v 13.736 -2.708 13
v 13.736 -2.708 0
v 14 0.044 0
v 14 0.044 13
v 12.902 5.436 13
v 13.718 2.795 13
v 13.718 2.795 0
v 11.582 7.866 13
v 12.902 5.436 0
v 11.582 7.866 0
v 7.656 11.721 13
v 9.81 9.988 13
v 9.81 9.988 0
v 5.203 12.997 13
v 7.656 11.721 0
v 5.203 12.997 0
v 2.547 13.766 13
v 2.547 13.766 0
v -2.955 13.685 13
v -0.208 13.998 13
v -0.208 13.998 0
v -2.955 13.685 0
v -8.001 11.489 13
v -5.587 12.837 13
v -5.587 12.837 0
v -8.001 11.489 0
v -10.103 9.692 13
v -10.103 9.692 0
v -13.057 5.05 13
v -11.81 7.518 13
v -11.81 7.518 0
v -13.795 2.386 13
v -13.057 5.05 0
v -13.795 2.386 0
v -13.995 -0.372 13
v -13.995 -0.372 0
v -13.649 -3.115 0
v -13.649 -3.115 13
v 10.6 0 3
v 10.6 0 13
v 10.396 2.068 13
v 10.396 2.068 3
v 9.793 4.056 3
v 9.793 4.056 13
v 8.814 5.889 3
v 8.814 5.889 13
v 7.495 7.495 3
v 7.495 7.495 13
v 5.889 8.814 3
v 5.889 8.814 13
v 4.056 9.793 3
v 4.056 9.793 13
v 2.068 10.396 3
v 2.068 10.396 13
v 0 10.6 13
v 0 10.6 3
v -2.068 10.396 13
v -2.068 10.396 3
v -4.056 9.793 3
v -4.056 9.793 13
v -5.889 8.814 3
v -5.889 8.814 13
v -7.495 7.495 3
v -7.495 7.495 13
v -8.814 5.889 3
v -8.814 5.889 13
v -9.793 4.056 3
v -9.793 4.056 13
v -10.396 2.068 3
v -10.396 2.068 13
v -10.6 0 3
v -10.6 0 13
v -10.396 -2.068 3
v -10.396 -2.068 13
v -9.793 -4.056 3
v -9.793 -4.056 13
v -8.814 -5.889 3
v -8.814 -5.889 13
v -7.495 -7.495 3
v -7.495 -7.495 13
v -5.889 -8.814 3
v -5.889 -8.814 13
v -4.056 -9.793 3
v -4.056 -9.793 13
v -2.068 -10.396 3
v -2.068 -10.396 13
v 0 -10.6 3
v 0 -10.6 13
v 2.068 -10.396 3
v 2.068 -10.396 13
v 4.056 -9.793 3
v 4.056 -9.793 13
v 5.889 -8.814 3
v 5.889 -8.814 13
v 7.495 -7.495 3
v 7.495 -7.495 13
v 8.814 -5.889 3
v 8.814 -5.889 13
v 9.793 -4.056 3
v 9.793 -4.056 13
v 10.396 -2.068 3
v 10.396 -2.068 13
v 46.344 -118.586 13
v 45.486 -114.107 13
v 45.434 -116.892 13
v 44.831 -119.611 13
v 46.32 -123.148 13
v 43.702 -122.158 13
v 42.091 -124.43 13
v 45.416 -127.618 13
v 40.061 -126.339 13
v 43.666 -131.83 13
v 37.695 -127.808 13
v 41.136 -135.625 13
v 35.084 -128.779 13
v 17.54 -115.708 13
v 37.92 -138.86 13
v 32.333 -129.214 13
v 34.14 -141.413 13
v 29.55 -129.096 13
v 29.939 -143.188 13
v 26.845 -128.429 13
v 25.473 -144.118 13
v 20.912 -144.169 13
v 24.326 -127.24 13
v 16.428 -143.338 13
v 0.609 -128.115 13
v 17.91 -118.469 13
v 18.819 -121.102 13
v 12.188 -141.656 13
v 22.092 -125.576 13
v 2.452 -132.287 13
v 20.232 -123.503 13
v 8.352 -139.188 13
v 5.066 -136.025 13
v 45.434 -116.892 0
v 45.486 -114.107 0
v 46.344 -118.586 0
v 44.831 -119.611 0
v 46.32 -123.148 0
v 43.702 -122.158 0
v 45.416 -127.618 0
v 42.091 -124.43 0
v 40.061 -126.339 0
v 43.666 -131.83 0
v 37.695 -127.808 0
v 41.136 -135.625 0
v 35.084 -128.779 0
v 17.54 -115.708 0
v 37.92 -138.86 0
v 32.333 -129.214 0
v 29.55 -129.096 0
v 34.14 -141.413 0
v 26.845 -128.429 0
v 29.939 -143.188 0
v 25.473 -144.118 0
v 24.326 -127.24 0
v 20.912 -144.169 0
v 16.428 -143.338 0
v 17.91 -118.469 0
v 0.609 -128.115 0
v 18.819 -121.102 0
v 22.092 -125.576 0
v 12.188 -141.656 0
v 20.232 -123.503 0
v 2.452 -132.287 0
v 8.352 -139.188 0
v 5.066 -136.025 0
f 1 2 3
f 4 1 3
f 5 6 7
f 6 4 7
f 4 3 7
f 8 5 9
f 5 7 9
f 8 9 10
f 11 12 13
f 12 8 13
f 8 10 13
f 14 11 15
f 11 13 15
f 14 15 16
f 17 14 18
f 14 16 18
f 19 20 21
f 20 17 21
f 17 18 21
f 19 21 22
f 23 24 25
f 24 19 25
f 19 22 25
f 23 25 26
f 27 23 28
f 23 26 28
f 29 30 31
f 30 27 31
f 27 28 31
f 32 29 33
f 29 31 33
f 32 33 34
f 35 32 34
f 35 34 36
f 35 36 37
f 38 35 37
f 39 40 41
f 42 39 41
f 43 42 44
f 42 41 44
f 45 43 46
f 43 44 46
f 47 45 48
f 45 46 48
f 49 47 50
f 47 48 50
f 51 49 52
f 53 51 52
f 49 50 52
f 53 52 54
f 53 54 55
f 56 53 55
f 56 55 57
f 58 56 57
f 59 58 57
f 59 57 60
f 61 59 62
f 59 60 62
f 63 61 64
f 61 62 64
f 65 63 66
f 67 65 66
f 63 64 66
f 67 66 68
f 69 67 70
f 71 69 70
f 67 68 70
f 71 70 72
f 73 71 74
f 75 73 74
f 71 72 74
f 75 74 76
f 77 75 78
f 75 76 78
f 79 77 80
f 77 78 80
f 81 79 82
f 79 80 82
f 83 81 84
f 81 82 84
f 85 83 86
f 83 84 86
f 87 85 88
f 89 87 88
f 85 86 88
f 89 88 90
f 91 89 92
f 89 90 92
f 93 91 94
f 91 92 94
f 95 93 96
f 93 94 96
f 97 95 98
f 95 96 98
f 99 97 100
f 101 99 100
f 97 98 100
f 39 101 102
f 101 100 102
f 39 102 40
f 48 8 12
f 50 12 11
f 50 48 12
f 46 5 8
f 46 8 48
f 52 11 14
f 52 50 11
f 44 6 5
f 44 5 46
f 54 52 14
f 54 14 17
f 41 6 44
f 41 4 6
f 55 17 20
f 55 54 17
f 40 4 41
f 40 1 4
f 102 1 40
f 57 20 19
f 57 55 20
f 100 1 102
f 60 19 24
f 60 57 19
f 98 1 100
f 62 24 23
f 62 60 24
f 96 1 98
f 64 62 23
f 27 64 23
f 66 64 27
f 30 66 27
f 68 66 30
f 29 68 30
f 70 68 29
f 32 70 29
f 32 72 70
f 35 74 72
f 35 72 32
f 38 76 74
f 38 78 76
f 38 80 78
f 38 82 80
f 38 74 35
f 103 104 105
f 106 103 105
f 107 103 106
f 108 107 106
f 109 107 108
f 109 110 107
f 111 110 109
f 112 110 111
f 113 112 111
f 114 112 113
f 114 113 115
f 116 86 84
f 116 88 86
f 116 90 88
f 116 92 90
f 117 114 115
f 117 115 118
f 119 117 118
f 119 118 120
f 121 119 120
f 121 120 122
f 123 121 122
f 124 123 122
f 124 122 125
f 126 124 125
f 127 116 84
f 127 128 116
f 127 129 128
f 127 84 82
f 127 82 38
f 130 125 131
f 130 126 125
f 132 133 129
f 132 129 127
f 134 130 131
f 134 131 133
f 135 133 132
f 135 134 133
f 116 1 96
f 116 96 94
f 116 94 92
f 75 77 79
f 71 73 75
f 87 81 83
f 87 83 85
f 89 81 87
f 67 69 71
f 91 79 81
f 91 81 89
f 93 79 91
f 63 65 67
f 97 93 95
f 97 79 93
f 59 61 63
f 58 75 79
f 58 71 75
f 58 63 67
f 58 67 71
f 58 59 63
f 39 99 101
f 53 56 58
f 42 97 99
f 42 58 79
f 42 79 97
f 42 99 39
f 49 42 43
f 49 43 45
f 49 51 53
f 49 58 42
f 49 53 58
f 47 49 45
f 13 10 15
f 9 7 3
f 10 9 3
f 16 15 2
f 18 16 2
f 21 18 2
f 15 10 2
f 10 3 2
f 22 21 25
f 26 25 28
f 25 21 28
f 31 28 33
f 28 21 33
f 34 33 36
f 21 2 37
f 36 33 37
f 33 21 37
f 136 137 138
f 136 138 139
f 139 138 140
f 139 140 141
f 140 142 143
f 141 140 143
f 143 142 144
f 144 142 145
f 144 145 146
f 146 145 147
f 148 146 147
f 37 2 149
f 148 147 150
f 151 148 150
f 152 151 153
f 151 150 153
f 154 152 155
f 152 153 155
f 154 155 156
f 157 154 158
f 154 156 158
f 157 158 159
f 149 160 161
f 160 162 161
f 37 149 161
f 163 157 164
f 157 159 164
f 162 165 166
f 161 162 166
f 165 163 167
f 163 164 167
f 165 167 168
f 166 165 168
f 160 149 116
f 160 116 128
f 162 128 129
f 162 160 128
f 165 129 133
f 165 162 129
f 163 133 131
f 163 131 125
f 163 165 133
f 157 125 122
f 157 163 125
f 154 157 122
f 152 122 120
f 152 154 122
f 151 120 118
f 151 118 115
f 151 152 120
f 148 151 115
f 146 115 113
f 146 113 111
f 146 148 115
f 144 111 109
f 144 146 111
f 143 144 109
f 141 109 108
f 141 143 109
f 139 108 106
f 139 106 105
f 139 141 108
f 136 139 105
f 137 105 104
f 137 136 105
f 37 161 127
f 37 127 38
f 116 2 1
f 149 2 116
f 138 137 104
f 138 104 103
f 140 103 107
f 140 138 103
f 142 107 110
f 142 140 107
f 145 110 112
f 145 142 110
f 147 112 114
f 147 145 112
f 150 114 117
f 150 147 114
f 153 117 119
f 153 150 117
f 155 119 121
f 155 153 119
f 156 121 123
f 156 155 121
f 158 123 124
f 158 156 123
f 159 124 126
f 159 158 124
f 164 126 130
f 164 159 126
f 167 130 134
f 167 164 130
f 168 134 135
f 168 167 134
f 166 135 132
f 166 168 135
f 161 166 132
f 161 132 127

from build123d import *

# Parameters (mm, degrees)
SKETCH_1_R          = 14
EXTRUDE_1_DEPTH     = 13
SKETCH_3_R          = 4
CUT_EXTRUDE_2_DEPTH = 10
EXTRUDE_START       = -13
EXTRUDE_3_DEPTH     = 13
SKETCH_7_R          = 10.6
CUT_EXTRUDE_3_DEPTH = 10


with BuildPart() as part:
    # 스케치1 → 보스-돌출1 (new body)
    with BuildSketch(Plane.XY):
        with Locations(Location((0, 0, 0), (0, 0, 180))):
            Circle(SKETCH_1_R)
    extrude(amount=EXTRUDE_1_DEPTH)

    # 스케치3 → 컷-돌출2 (cut)
    with BuildSketch(Plane.XY.offset(13)):
        Circle(SKETCH_3_R)
    extrude(amount=-CUT_EXTRUDE_2_DEPTH, mode=Mode.SUBTRACT)

    # 스케치6 → 보스-돌출3 (add)
    with BuildSketch(Plane.XY.offset(13).offset(EXTRUDE_START)):
        with BuildLine():
            Line((13.735578357, -2.708115061), (17.539668143, -115.708115061))
            ThreePointArc((17.539668143, -115.708115061), (32.332669837, -129.214149758), (45.486033392, -114.10670459))
            ThreePointArc((45.486033392, -114.10670459), (29.938586036, -143.187708961), (0.608578272, -128.115264599))
            Line((0.608578272, -128.115264599), (-13.64899727, -3.115264599))
            ThreePointArc((-13.64899727, -3.115264599), (0.208126783, -13.998452887), (13.735578357, -2.708115061))
        make_face()
    extrude(amount=EXTRUDE_3_DEPTH)

    # 스케치7 → 컷-돌출3 (cut)
    with BuildSketch(Plane.XY.offset(13)):
        Circle(SKETCH_7_R)
    extrude(amount=-CUT_EXTRUDE_3_DEPTH, mode=Mode.SUBTRACT)


solid = part.part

————————

Please output exactly the lines between the one holding "f 164 159 126" and the one holding "f 161 132 127" in the records above, inclusive, and nothing more.

f 164 159 126
f 167 130 134
f 167 164 130
f 168 134 135
f 168 167 134
f 166 135 132
f 166 168 135
f 161 166 132
f 161 132 127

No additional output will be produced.